- Opening Delimiter -

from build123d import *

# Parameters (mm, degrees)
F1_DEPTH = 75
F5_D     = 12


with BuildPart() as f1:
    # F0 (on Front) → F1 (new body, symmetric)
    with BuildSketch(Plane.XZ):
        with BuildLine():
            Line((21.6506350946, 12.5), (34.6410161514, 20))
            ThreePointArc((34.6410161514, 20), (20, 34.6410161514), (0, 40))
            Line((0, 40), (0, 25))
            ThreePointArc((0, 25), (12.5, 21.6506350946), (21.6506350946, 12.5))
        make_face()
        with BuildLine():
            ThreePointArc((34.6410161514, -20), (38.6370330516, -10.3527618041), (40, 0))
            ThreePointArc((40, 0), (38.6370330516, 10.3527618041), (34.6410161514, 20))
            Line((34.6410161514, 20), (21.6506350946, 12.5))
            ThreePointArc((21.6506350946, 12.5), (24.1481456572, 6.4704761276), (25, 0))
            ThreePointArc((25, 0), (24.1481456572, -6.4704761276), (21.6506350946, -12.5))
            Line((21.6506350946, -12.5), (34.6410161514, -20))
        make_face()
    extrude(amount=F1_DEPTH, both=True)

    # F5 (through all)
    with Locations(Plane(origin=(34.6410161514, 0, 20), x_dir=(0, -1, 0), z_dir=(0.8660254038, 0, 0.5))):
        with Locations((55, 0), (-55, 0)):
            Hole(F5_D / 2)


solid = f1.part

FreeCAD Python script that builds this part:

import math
import FreeCAD as App
import Part
import Sketcher

V = App.Vector
Q = App.Units.Quantity

doc = App.newDocument("Part")
body = doc.addObject("PartDesign::Body", "Body")

# Sketch on XZ plane
sketch1 = body.newObject("Sketcher::SketchObject", "Sketch")
sketch1.AttachmentSupport = (doc.getObject("XZ_Plane"), [""])
sketch1.MapMode = "FlatFace"
sketch1.addGeometry(Part.ArcOfCircle(Part.Circle(V(0, 0, 0), V(0, 0, 1), 40), math.radians(30), math.radians(90)), False)
sketch1.addGeometry(Part.LineSegment(V(0, 40, 0), V(0, 25, 0)), False)
sketch1.addGeometry(Part.ArcOfCircle(Part.Circle(V(0, 0, 0), V(0, 0, 1), 25), math.radians(30), math.radians(90)), False)
sketch1.addGeometry(Part.ArcOfCircle(Part.Circle(V(0, 0, 0), V(0, 0, 1), 25), math.radians(0), math.radians(30)), False)
sketch1.addGeometry(Part.ArcOfCircle(Part.Circle(V(0, 0, 0), V(0, 0, 1), 25), math.radians(-30), math.radians(0)), False)
sketch1.addGeometry(Part.LineSegment(V(22, -12, 0), V(35, -20, 0)), False)
sketch1.addGeometry(Part.ArcOfCircle(Part.Circle(V(0, 0, 0), V(0, 0, 1), 40), math.radians(-30), math.radians(0)), False)
sketch1.addGeometry(Part.ArcOfCircle(Part.Circle(V(0, 0, 0), V(0, 0, 1), 40), math.radians(0), math.radians(30)), False)
sketch1.addConstraint(Sketcher.Constraint("Coincident", 0, 2, 1, 1))
sketch1.addConstraint(Sketcher.Constraint("Coincident", 1, 2, 2, 2))
sketch1.addConstraint(Sketcher.Constraint("Tangent", 2, 1, 3, 2))
sketch1.addConstraint(Sketcher.Constraint("Tangent", 3, 1, 4, 2))
sketch1.addConstraint(Sketcher.Constraint("Coincident", 4, 1, 5, 1))
sketch1.addConstraint(Sketcher.Constraint("Coincident", 5, 2, 6, 1))
sketch1.addConstraint(Sketcher.Constraint("Tangent", 6, 2, 7, 1))
sketch1.addConstraint(Sketcher.Constraint("Tangent", 7, 2, 0, 1))
sketch1.addConstraint(Sketcher.Constraint("Vertical", 1))
sketch1.addConstraint(Sketcher.Constraint("Coincident", 0, 3, -1, 1))
sketch1.addConstraint(Sketcher.Constraint("Coincident", 2, 3, -1, 1))
sketch1.addConstraint(Sketcher.Constraint("Coincident", 4, 3, -1, 1))
sketch1.addConstraint(Sketcher.Constraint("Coincident", 6, 3, -1, 1))
sketch1.addConstraint(Sketcher.Constraint("PointOnObject", 0, 2, -2))
sketch1.addConstraint(Sketcher.Constraint("PointOnObject", 3, 1, -1))
sketch1.addConstraint(Sketcher.Constraint("PointOnObject", 6, 2, -1))
sketch1.addConstraint(Sketcher.Constraint("Vertical", 2, 1, 4, 1))
sketch1.addConstraint(Sketcher.Constraint("Vertical", 5, 2, 7, 2))
sketch1.addConstraint(Sketcher.Constraint("Radius", 0, 40.0))
sketch1.addConstraint(Sketcher.Constraint("Radius", 2, 25.0))
sketch1.addConstraint(Sketcher.Constraint("Angle", 5, Q("-30 deg")))
sketch1.addConstraint(Sketcher.Constraint("DistanceY", 5, 2, -1, 1, 20.0))
pad1 = body.newObject("PartDesign::Pad", "Pad")
pad1.Profile = sketch1
pad1.Length = 150
pad1.Midplane = True

# Sketch on an angled plane
sketch2 = body.newObject("Sketcher::SketchObject", "Sketch001")
sketch2.Placement = App.Placement(V(34.641016, 0, 20), App.Rotation(V(0, -1, 0), V(0.5, 0, -0.866025404), V(0.866025404, 0, 0.5), "ZXY"))
sketch2.addGeometry(Part.Circle(V(55, 0, 0), V(0, 0, 1), 6), False)
sketch2.addGeometry(Part.Circle(V(-55, 0, 0), V(0, 0, 1), 6), False)
sketch2.addConstraint(Sketcher.Constraint("Equal", 0, 1))
sketch2.addConstraint(Sketcher.Constraint("Symmetric", 0, 3, 1, 3, -1, 1))
sketch2.addConstraint(Sketcher.Constraint("PointOnObject", 0, 3, -1))
sketch2.addConstraint(Sketcher.Constraint("Diameter", 0, 12.0))
sketch2.addConstraint(Sketcher.Constraint("DistanceX", -1, 1, 0, 3, 55.0))
doc.recompute()
hole = body.newObject("PartDesign::Hole", "Hole")
hole.Profile = sketch2
hole.ThreadType = "None"
hole.Diameter = 12
hole.DepthType = "ThroughAll"

doc.recompute()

- Closing Delimiter -

* **TASK DESCRIPTION**: Copy all of the data exactly.

* **EXERCISE ANSWER**:
from build123d import *

# Parameters (mm, degrees)
F1_DEPTH = 75
F5_D     = 12


with BuildPart() as f1:
    # F0 (on Front) → F1 (new body, symmetric)
    with BuildSketch(Plane.XZ):
        with BuildLine():
            Line((21.6506350946, 12.5), (34.6410161514, 20))
            ThreePointArc((34.6410161514, 20), (20, 34.6410161514), (0, 40))
            Line((0, 40), (0, 25))
            ThreePointArc((0, 25), (12.5, 21.6506350946), (21.6506350946, 12.5))
        make_face()
        with BuildLine():
            ThreePointArc((34.6410161514, -20), (38.6370330516, -10.3527618041), (40, 0))
            ThreePointArc((40, 0), (38.6370330516, 10.3527618041), (34.6410161514, 20))
            Line((34.6410161514, 20), (21.6506350946, 12.5))
            ThreePointArc((21.6506350946, 12.5), (24.1481456572, 6.4704761276), (25, 0))
            ThreePointArc((25, 0), (24.1481456572, -6.4704761276), (21.6506350946, -12.5))
            Line((21.6506350946, -12.5), (34.6410161514, -20))
        make_face()
    extrude(amount=F1_DEPTH, both=True)

    # F5 (through all)
    with Locations(Plane(origin=(34.6410161514, 0, 20), x_dir=(0, -1, 0), z_dir=(0.8660254038, 0, 0.5))):
        with Locations((55, 0), (-55, 0)):
            Hole(F5_D / 2)


solid = f1.part

FreeCAD Python script that builds this part:

import math
import FreeCAD as App
import Part
import Sketcher

V = App.Vector
Q = App.Units.Quantity

doc = App.newDocument("Part")
body = doc.addObject("PartDesign::Body", "Body")

# Sketch on XZ plane
sketch1 = body.newObject("Sketcher::SketchObject", "Sketch")
sketch1.AttachmentSupport = (doc.getObject("XZ_Plane"), [""])
sketch1.MapMode = "FlatFace"
sketch1.addGeometry(Part.ArcOfCircle(Part.Circle(V(0, 0, 0), V(0, 0, 1), 40), math.radians(30), math.radians(90)), False)
sketch1.addGeometry(Part.LineSegment(V(0, 40, 0), V(0, 25, 0)), False)
sketch1.addGeometry(Part.ArcOfCircle(Part.Circle(V(0, 0, 0), V(0, 0, 1), 25), math.radians(30), math.radians(90)), False)
sketch1.addGeometry(Part.ArcOfCircle(Part.Circle(V(0, 0, 0), V(0, 0, 1), 25), math.radians(0), math.radians(30)), False)
sketch1.addGeometry(Part.ArcOfCircle(Part.Circle(V(0, 0, 0), V(0, 0, 1), 25), math.radians(-30), math.radians(0)), False)
sketch1.addGeometry(Part.LineSegment(V(22, -12, 0), V(35, -20, 0)), False)
sketch1.addGeometry(Part.ArcOfCircle(Part.Circle(V(0, 0, 0), V(0, 0, 1), 40), math.radians(-30), math.radians(0)), False)
sketch1.addGeometry(Part.ArcOfCircle(Part.Circle(V(0, 0, 0), V(0, 0, 1), 40), math.radians(0), math.radians(30)), False)
sketch1.addConstraint(Sketcher.Constraint("Coincident", 0, 2, 1, 1))
sketch1.addConstraint(Sketcher.Constraint("Coincident", 1, 2, 2, 2))
sketch1.addConstraint(Sketcher.Constraint("Tangent", 2, 1, 3, 2))
sketch1.addConstraint(Sketcher.Constraint("Tangent", 3, 1, 4, 2))
sketch1.addConstraint(Sketcher.Constraint("Coincident", 4, 1, 5, 1))
sketch1.addConstraint(Sketcher.Constraint("Coincident", 5, 2, 6, 1))
sketch1.addConstraint(Sketcher.Constraint("Tangent", 6, 2, 7, 1))
sketch1.addConstraint(Sketcher.Constraint("Tangent", 7, 2, 0, 1))
sketch1.addConstraint(Sketcher.Constraint("Vertical", 1))
sketch1.addConstraint(Sketcher.Constraint("Coincident", 0, 3, -1, 1))
sketch1.addConstraint(Sketcher.Constraint("Coincident", 2, 3, -1, 1))
sketch1.addConstraint(Sketcher.Constraint("Coincident", 4, 3, -1, 1))
sketch1.addConstraint(Sketcher.Constraint("Coincident", 6, 3, -1, 1))
sketch1.addConstraint(Sketcher.Constraint("PointOnObject", 0, 2, -2))
sketch1.addConstraint(Sketcher.Constraint("PointOnObject", 3, 1, -1))
sketch1.addConstraint(Sketcher.Constraint("PointOnObject", 6, 2, -1))
sketch1.addConstraint(Sketcher.Constraint("Vertical", 2, 1, 4, 1))
sketch1.addConstraint(Sketcher.Constraint("Vertical", 5, 2, 7, 2))
sketch1.addConstraint(Sketcher.Constraint("Radius", 0, 40.0))
sketch1.addConstraint(Sketcher.Constraint("Radius", 2, 25.0))
sketch1.addConstraint(Sketcher.Constraint("Angle", 5, Q("-30 deg")))
sketch1.addConstraint(Sketcher.Constraint("DistanceY", 5, 2, -1, 1, 20.0))
pad1 = body.newObject("PartDesign::Pad", "Pad")
pad1.Profile = sketch1
pad1.Length = 150
pad1.Midplane = True

# Sketch on an angled plane
sketch2 = body.newObject("Sketcher::SketchObject", "Sketch001")
sketch2.Placement = App.Placement(V(34.641016, 0, 20), App.Rotation(V(0, -1, 0), V(0.5, 0, -0.866025404), V(0.866025404, 0, 0.5), "ZXY"))
sketch2.addGeometry(Part.Circle(V(55, 0, 0), V(0, 0, 1), 6), False)
sketch2.addGeometry(Part.Circle(V(-55, 0, 0), V(0, 0, 1), 6), False)
sketch2.addConstraint(Sketcher.Constraint("Equal", 0, 1))
sketch2.addConstraint(Sketcher.Constraint("Symmetric", 0, 3, 1, 3, -1, 1))
sketch2.addConstraint(Sketcher.Constraint("PointOnObject", 0, 3, -1))
sketch2.addConstraint(Sketcher.Constraint("Diameter", 0, 12.0))
sketch2.addConstraint(Sketcher.Constraint("DistanceX", -1, 1, 0, 3, 55.0))
doc.recompute()
hole = body.newObject("PartDesign::Hole", "Hole")
hole.Profile = sketch2
hole.ThreadType = "None"
hole.Diameter = 12
hole.DepthType = "ThroughAll"

doc.recompute()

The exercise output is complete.